THE PROBLEM: Going down the data below, set down exactly the line with "line L0 (-685.8, 22.225)" and each line after it through the line with "line L4 (0, 12.7)"; no other lines.

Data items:
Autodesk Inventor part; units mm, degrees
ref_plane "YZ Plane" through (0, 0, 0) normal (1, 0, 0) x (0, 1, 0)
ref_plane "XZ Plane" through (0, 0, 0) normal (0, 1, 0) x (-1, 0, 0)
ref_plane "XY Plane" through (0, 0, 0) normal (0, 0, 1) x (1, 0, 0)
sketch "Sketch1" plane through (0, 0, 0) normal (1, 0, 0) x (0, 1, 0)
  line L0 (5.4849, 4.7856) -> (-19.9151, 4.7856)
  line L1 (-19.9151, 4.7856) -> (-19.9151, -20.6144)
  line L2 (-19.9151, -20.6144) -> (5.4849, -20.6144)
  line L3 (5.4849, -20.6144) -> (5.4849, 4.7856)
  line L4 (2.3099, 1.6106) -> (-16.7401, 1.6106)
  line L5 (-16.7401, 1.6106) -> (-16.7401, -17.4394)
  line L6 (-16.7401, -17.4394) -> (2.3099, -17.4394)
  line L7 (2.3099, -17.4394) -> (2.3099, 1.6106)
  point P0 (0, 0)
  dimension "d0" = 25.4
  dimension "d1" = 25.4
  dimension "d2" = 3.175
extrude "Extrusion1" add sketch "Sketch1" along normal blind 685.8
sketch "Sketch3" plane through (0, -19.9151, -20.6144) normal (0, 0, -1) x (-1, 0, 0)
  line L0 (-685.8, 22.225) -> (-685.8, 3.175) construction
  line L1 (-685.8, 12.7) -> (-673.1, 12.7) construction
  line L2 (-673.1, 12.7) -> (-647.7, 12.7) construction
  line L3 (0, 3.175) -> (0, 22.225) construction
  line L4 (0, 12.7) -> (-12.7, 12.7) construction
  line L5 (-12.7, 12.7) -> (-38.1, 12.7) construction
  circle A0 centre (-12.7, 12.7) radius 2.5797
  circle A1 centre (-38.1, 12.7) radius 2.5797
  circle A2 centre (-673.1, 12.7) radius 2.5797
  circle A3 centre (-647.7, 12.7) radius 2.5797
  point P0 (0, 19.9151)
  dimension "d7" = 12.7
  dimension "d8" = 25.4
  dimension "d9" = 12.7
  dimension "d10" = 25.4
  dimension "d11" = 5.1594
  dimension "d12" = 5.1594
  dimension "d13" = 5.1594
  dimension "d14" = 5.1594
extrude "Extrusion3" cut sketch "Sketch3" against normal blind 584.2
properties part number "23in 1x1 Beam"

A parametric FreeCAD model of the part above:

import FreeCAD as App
import Part
import Sketcher
Q = App.Units.Quantity


def add_polygon(sketch, points):
    """Adds a closed chain of lines whose ends are joined by coincident constraints."""
    first, n = sketch.GeometryCount, len(points)
    for a, b in zip(points, points[1:] + points[:1]):
        sketch.addGeometry(Part.LineSegment(App.Vector(*a, 0), App.Vector(*b, 0)), False)
    for i in range(n):
        sketch.addConstraint(Sketcher.Constraint("Coincident", first + i, 2, first + (i + 1) % n, 1))

doc = App.newDocument("Part")
params = doc.addObject("Spreadsheet::Sheet", "Params")
for row, (alias, value) in enumerate([
    ("sketch1_width", "1 in"),
    ("pad1_length", "27 in"),
    ("sketch2_diameter", "0.203126 in"),
    ("pocket1_length", "23 in"),
], start=1):
    params.set(f"A{row}", alias)
    params.set(f"B{row}", "=" + value)
    params.setAlias(f"B{row}", alias)

body = doc.addObject("PartDesign::Body", "Body")

sketch1 = doc.addObject("Sketcher::SketchObject", "Sketch")
body.addObject(sketch1)
sketch1.AttachmentSupport = (doc.YZ_Plane, [""])
sketch1.MapMode = "FlatFace"
add_polygon(sketch1, [(5, -21), (5, 5), (-20, 5), (-20, -21)])
add_polygon(sketch1, [(-17, 2), (2, 2), (2, -17), (-17, -17)])
sketch1.addConstraint(Sketcher.Constraint("Vertical", 0))
sketch1.addConstraint(Sketcher.Constraint("Horizontal", 1))
sketch1.addConstraint(Sketcher.Constraint("Vertical", 2))
sketch1.addConstraint(Sketcher.Constraint("Horizontal", 3))
sketch1.addConstraint(Sketcher.Constraint("Horizontal", 4))
sketch1.addConstraint(Sketcher.Constraint("Vertical", 5))
sketch1.addConstraint(Sketcher.Constraint("Horizontal", 6))
sketch1.addConstraint(Sketcher.Constraint("Vertical", 7))
sketch1.addConstraint(Sketcher.Constraint("Equal", 3, 0))
sketch1.addConstraint(Sketcher.Constraint("Equal", 6, 5))
sketch1.addConstraint(Sketcher.Constraint("DistanceX", 1, 2, 1, 1, Q("1 in")))
sketch1.addConstraint(Sketcher.Constraint("DistanceX", 4, 2, 0, 2, Q("0.125 in")))
sketch1.addConstraint(Sketcher.Constraint("DistanceY", 4, 2, 0, 2, Q("0.125 in")))
sketch1.addConstraint(Sketcher.Constraint("DistanceY", 3, 2, 5, 2, Q("0.125 in")))
sketch1.addConstraint(Sketcher.Constraint("DistanceY", -1, 1, 0, 2, Q("0.1884 in")))
sketch1.addConstraint(Sketcher.Constraint("DistanceX", -1, 1, 0, 2, 5.485))
sketch1.setExpression("Constraints[18]", "Params.sketch1_width")
pad1 = doc.addObject("PartDesign::Pad", "Pad")
body.addObject(pad1)
pad1.Profile = sketch1
pad1.setExpression("Length", "Params.pad1_length")

sketch2 = doc.addObject("Sketcher::SketchObject", "Sketch001")
body.addObject(sketch2)
sketch2.AttachmentSupport = (doc.XY_Plane, [""])
sketch2.MapMode = "FlatFace"
sketch2.AttachmentOffset = App.Placement(App.Vector(0, 0, -0.8115906 * 25.4), App.Rotation())
sketch2.addGeometry(Part.Circle(App.Vector(12.7, -7.2, 0), App.Vector(0, 0, 1), 2.6), False)
sketch2.addGeometry(Part.Circle(App.Vector(38.1, -7.2, 0), App.Vector(0, 0, 1), 2.6), False)
sketch2.addGeometry(Part.Circle(App.Vector(673.1, -7.2, 0), App.Vector(0, 0, 1), 2.6), False)
sketch2.addGeometry(Part.Circle(App.Vector(647.7, -7.2, 0), App.Vector(0, 0, 1), 2.6), False)
sketch2.addConstraint(Sketcher.Constraint("Equal", 0, 1))
sketch2.addConstraint(Sketcher.Constraint("Equal", 1, 2))
sketch2.addConstraint(Sketcher.Constraint("Equal", 2, 3))
sketch2.addConstraint(Sketcher.Constraint("Horizontal", 0, 3, 1, 3))
sketch2.addConstraint(Sketcher.Constraint("Horizontal", 1, 3, 2, 3))
sketch2.addConstraint(Sketcher.Constraint("Horizontal", 2, 3, 3, 3))
sketch2.addConstraint(Sketcher.Constraint("Diameter", 0, Q("0.203126 in")))
sketch2.addConstraint(Sketcher.Constraint("DistanceX", 0, 3, 1, 3, Q("1 in")))
sketch2.addConstraint(Sketcher.Constraint("DistanceX", 3, 3, 2, 3, Q("1 in")))
sketch2.addConstraint(Sketcher.Constraint("DistanceX", -1, 1, 0, 3, Q("0.5 in")))
sketch2.addConstraint(Sketcher.Constraint("DistanceX", 1, 3, 2, 3, Q("25 in")))
sketch2.addConstraint(Sketcher.Constraint("DistanceY", 0, 3, -1, 1, 7.215))
sketch2.setExpression("Constraints[6]", "Params.sketch2_diameter")
pocket1 = doc.addObject("PartDesign::Pocket", "Pocket")
body.addObject(pocket1)
pocket1.Profile = sketch2
pocket1.setExpression("Length", "Params.pocket1_length")
pocket1.Reversed = True

doc.recompute()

ANSWER TO THE EXERCISE:
  line L0 (-685.8, 22.225) -> (-685.8, 3.175) construction
  line L1 (-685.8, 12.7) -> (-673.1, 12.7) construction
  line L2 (-673.1, 12.7) -> (-647.7, 12.7) construction
  line L3 (0, 3.175) -> (0, 22.225) construction
  line L4 (0, 12.7) -> (-12.7, 12.7) construction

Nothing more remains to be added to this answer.